Absolutely not. The enormous and terrible irony about Jean Baudrillard is that he is held up as the poster-boy for obscurantist rhetoric when he was - I will say this until I am blue in the face - its most tortured and prescient observer. He wound up becoming a *scapegoat* for the system that nobody - *nobody* - had a sharper critical eye for. There are no buzzwords going on there, and he was *mortified* by what he was witness to. As for course of action: this is to be super-unfair.
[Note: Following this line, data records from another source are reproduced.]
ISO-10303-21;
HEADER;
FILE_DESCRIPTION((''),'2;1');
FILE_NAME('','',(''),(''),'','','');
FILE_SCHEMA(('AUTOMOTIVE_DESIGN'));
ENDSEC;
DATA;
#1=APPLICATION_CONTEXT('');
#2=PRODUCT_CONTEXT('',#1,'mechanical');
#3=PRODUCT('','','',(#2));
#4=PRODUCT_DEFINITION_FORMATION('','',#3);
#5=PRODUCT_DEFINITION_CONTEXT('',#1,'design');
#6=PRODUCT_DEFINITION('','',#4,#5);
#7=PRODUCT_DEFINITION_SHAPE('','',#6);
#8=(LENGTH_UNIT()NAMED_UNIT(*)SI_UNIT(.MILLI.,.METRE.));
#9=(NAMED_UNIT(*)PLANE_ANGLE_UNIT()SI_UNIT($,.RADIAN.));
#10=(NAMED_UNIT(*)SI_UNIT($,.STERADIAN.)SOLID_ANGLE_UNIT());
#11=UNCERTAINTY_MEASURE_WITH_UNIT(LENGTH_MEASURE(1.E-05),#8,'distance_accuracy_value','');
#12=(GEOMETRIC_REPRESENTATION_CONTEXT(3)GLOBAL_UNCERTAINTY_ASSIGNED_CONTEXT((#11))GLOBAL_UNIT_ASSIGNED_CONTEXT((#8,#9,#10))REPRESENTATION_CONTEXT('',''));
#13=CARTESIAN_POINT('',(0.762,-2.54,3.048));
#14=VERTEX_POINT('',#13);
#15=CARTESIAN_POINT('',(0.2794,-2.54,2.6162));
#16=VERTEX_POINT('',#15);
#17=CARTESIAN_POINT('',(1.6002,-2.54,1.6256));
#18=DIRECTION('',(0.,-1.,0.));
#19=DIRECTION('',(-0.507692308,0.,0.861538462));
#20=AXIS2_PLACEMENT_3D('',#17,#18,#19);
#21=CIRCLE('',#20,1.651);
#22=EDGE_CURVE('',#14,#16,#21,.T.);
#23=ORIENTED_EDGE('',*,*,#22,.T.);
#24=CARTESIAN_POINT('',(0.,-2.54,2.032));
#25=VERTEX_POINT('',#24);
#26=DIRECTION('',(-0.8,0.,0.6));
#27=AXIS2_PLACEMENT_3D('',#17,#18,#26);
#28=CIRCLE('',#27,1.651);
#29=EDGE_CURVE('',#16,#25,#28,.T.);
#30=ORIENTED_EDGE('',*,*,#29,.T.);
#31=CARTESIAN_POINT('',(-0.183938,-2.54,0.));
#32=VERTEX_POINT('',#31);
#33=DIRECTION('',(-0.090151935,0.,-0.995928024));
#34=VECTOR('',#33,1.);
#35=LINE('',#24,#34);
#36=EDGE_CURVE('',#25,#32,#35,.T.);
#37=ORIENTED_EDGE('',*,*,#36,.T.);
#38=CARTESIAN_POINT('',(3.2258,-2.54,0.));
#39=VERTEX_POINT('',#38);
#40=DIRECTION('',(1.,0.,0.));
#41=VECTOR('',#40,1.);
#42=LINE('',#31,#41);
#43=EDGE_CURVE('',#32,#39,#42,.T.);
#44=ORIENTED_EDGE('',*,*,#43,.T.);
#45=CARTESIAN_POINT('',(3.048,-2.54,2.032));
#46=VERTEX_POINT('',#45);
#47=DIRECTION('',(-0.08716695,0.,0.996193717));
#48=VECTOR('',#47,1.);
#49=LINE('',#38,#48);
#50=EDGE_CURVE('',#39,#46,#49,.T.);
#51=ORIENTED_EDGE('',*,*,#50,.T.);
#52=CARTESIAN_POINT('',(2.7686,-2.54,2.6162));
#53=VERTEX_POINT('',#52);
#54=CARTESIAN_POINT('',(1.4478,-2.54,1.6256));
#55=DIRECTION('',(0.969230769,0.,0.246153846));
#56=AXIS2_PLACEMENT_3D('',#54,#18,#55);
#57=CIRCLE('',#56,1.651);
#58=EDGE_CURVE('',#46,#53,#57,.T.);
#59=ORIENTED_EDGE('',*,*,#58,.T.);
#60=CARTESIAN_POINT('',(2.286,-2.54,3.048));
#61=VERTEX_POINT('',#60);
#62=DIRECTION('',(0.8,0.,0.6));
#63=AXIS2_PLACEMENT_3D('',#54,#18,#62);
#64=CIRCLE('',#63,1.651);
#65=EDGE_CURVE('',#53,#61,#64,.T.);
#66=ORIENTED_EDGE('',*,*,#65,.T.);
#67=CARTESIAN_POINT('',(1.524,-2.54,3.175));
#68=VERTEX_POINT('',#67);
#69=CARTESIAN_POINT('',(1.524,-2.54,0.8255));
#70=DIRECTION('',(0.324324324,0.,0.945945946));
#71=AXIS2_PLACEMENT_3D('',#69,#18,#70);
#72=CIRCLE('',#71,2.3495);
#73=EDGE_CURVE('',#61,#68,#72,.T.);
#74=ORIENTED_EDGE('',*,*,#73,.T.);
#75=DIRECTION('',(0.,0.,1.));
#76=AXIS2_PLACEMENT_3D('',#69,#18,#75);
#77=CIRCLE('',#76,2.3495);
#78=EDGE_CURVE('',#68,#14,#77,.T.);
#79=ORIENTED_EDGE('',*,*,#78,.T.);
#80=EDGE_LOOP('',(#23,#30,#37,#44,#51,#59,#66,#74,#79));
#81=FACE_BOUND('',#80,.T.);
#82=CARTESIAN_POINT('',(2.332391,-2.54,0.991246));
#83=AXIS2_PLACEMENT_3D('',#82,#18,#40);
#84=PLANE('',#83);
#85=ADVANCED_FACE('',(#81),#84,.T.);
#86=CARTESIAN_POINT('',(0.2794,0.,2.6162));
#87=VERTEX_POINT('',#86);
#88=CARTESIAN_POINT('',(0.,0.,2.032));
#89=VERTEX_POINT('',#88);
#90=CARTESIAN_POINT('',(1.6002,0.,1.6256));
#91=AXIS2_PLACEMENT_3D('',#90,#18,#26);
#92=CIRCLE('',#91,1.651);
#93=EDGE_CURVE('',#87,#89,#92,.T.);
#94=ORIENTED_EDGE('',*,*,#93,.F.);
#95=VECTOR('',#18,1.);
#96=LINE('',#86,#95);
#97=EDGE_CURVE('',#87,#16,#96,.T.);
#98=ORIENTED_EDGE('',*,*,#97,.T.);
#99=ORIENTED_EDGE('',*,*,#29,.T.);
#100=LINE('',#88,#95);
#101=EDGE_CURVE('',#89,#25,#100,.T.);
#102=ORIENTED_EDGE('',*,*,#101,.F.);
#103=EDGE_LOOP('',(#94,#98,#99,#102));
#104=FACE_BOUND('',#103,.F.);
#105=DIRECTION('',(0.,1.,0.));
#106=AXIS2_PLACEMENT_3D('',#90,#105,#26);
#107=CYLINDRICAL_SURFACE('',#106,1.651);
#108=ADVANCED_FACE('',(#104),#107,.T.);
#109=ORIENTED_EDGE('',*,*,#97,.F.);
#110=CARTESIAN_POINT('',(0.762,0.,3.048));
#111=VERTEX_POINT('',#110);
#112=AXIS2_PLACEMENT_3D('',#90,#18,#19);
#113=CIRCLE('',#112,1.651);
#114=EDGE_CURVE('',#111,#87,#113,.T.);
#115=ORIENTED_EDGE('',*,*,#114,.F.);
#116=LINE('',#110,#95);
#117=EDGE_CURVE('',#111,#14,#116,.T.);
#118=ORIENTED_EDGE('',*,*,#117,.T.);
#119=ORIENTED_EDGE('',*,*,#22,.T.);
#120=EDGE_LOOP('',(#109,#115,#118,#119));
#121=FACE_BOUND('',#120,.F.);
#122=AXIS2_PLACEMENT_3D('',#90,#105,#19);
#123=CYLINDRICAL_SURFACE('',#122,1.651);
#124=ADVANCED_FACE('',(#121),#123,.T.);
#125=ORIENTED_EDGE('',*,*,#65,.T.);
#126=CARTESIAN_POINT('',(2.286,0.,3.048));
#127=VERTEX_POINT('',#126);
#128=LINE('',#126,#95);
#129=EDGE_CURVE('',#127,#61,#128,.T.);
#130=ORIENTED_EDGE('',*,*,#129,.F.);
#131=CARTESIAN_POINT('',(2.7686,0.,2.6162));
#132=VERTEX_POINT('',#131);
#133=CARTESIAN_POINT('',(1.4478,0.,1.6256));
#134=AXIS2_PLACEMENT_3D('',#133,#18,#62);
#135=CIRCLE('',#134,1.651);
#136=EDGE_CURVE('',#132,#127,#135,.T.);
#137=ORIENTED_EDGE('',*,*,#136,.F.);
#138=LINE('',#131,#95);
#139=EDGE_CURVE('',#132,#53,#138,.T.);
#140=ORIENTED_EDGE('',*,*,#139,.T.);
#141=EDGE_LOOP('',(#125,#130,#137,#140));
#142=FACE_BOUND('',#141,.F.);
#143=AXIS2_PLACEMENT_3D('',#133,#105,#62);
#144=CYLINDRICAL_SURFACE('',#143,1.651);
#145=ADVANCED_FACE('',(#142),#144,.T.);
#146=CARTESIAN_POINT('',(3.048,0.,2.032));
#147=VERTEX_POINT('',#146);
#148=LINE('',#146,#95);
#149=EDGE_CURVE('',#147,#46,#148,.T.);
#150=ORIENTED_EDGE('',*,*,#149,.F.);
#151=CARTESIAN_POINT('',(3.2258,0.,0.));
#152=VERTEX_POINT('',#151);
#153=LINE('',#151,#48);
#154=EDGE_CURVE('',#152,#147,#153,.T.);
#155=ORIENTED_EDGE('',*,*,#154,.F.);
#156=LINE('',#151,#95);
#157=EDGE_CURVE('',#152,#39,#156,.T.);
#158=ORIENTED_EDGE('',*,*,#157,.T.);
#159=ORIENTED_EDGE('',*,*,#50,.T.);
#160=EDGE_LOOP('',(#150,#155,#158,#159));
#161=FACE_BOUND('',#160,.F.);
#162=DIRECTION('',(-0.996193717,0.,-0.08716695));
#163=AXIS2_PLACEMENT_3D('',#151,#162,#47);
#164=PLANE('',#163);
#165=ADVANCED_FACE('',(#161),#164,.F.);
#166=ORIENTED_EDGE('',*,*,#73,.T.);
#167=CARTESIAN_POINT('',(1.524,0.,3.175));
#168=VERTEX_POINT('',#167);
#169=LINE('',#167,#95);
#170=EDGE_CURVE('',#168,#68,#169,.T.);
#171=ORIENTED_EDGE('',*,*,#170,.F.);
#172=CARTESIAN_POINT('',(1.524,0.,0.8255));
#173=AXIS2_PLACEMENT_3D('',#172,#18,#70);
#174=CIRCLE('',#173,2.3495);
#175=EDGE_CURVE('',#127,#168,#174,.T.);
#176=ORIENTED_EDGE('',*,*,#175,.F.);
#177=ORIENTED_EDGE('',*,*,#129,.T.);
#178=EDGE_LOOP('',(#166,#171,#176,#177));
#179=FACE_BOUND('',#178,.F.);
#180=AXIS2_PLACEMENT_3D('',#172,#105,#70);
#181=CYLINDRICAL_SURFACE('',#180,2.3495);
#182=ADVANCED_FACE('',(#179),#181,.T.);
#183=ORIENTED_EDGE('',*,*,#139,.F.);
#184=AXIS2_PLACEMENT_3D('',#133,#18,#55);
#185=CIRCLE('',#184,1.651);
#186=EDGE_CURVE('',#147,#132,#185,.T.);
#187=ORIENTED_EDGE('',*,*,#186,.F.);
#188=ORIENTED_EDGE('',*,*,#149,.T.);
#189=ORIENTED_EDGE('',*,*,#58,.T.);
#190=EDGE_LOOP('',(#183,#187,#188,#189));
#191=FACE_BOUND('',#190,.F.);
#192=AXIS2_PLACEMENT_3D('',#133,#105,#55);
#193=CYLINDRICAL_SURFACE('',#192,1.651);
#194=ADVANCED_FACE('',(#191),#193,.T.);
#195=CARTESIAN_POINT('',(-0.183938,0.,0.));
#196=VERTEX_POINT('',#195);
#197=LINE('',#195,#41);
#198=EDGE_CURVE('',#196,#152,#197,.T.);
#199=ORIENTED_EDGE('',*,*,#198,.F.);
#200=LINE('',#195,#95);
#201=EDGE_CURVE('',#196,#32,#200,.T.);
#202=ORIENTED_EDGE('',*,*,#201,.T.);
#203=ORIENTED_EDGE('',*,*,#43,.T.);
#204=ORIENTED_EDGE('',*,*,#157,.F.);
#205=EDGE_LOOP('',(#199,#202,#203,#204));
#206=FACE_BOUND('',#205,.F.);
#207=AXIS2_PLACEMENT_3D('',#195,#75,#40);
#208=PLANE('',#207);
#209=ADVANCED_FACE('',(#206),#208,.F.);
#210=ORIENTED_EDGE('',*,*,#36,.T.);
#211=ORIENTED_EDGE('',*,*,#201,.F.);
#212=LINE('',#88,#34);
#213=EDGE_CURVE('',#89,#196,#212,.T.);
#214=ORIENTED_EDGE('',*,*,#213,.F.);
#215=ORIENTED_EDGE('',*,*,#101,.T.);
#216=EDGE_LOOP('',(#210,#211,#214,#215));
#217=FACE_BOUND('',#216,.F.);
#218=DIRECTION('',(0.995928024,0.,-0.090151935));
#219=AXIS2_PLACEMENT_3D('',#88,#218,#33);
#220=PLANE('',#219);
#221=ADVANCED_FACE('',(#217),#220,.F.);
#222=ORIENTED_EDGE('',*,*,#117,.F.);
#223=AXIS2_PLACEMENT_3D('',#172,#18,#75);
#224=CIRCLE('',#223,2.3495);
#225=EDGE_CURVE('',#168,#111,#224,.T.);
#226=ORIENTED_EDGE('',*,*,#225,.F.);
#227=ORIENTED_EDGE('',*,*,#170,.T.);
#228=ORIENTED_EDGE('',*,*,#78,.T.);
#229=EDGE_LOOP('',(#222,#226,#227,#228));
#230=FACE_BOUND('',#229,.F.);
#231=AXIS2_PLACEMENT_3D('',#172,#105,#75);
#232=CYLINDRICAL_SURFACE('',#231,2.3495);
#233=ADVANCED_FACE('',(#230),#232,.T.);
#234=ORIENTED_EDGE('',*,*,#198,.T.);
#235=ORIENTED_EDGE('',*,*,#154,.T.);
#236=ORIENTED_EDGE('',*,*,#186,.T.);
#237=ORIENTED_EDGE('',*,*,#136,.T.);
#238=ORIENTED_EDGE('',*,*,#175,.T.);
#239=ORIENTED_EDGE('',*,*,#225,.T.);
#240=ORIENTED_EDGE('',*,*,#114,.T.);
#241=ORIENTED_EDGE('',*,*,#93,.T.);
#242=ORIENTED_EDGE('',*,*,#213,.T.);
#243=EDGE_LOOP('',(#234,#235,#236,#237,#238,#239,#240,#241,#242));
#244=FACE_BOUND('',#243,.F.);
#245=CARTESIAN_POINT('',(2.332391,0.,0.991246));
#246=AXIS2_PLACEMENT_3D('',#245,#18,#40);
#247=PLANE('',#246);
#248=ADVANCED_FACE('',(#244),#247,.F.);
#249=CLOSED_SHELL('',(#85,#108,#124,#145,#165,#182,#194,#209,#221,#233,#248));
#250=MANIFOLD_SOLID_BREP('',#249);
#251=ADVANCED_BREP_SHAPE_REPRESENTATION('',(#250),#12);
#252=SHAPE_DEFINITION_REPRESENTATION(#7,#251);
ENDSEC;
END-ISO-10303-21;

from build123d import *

# Parameters (mm, degrees)
F1_DEPTH = 2.54


with BuildPart() as f1:
    # F0 (on Front) → F1 (new body)
    with BuildSketch(Plane.XZ):
        Polygon((3.2258, 0), (3.048, 2.032), (1.524, 2.032), (1.524, 0), align=None)
        Polygon((1.524, 2.032), (3.048, 2.032), (2.667, 2.54), (2.286, 3.048), (1.524, 3.048), align=None)
        with BuildLine():
            Line((2.667, 2.54), (3.048, 2.032))
            ThreePointArc((3.048, 2.032), (2.9372235999, 2.337933026), (2.7686, 2.6162))
            Line((2.7686, 2.6162), (2.667, 2.54))
        make_face()
        Polygon((1.524, 0), (1.524, 2.032), (0, 2.032), (-0.1839377219, 0), align=None)
        Polygon((0, 2.032), (1.524, 2.032), (1.524, 3.048), (0.762, 3.048), (0.381, 2.54), align=None)
        with BuildLine():
            Line((2.286, 3.048), (2.667, 2.54))
            Line((2.667, 2.54), (2.7686, 2.6162))
            ThreePointArc((2.7686, 2.6162), (2.548678313, 2.8559934086), (2.286, 3.048))
        make_face()
        with BuildLine():
            ThreePointArc((0.2794, 2.6162), (0.1107764001, 2.337933026), (0, 2.032))
            Line((0, 2.032), (0.381, 2.54))
            Line((0.381, 2.54), (0.2794, 2.6162))
        make_face()
        with BuildLine():
            Line((1.524, 3.175), (1.524, 3.048))
            Line((1.524, 3.048), (2.286, 3.048))
            ThreePointArc((2.286, 3.048), (1.9102554207, 3.143032524), (1.524, 3.175))
        make_face()
        with BuildLine():
            Line((0.762, 3.048), (1.524, 3.048))
            Line((1.524, 3.048), (1.524, 3.175))
            ThreePointArc((1.524, 3.175), (1.1377445793, 3.143032524), (0.762, 3.048))
        make_face()
        with BuildLine():
            Line((0.2794, 2.6162), (0.381, 2.54))
            Line((0.381, 2.54), (0.762, 3.048))
            ThreePointArc((0.762, 3.048), (0.499321687, 2.8559934086), (0.2794, 2.6162))
        make_face()
    extrude(amount=F1_DEPTH)


solid = f1.part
It’s totally impossible to privilege Nietzsche’s response (in a word: tragedy) and then criticize Baudrillard for recognizing this *without endorsing it*. It wasn’t that he *couldn’t* prescribe a course of action, he knew that *prescribing programmatic courses of action for the masses would be *hypocritical.* He knew this all too well, which is why he *refrained from doing so* - but rather than accept what that meant, he tried to leave the door open for people to follow him down the rabbit hole and find answers of their own. He knew all too well the problem was offering a platform for mass action. There isn’t one. And it’s why it makes no sense at all that he is basically excoriated for refusing to do what he absolutely knew was wrong: propose an ideology. Nietzsche didn’t, but Baudrillard in his heart never agreed all the way with Nietzsche. And neither do I.

>> No.8757874 [View]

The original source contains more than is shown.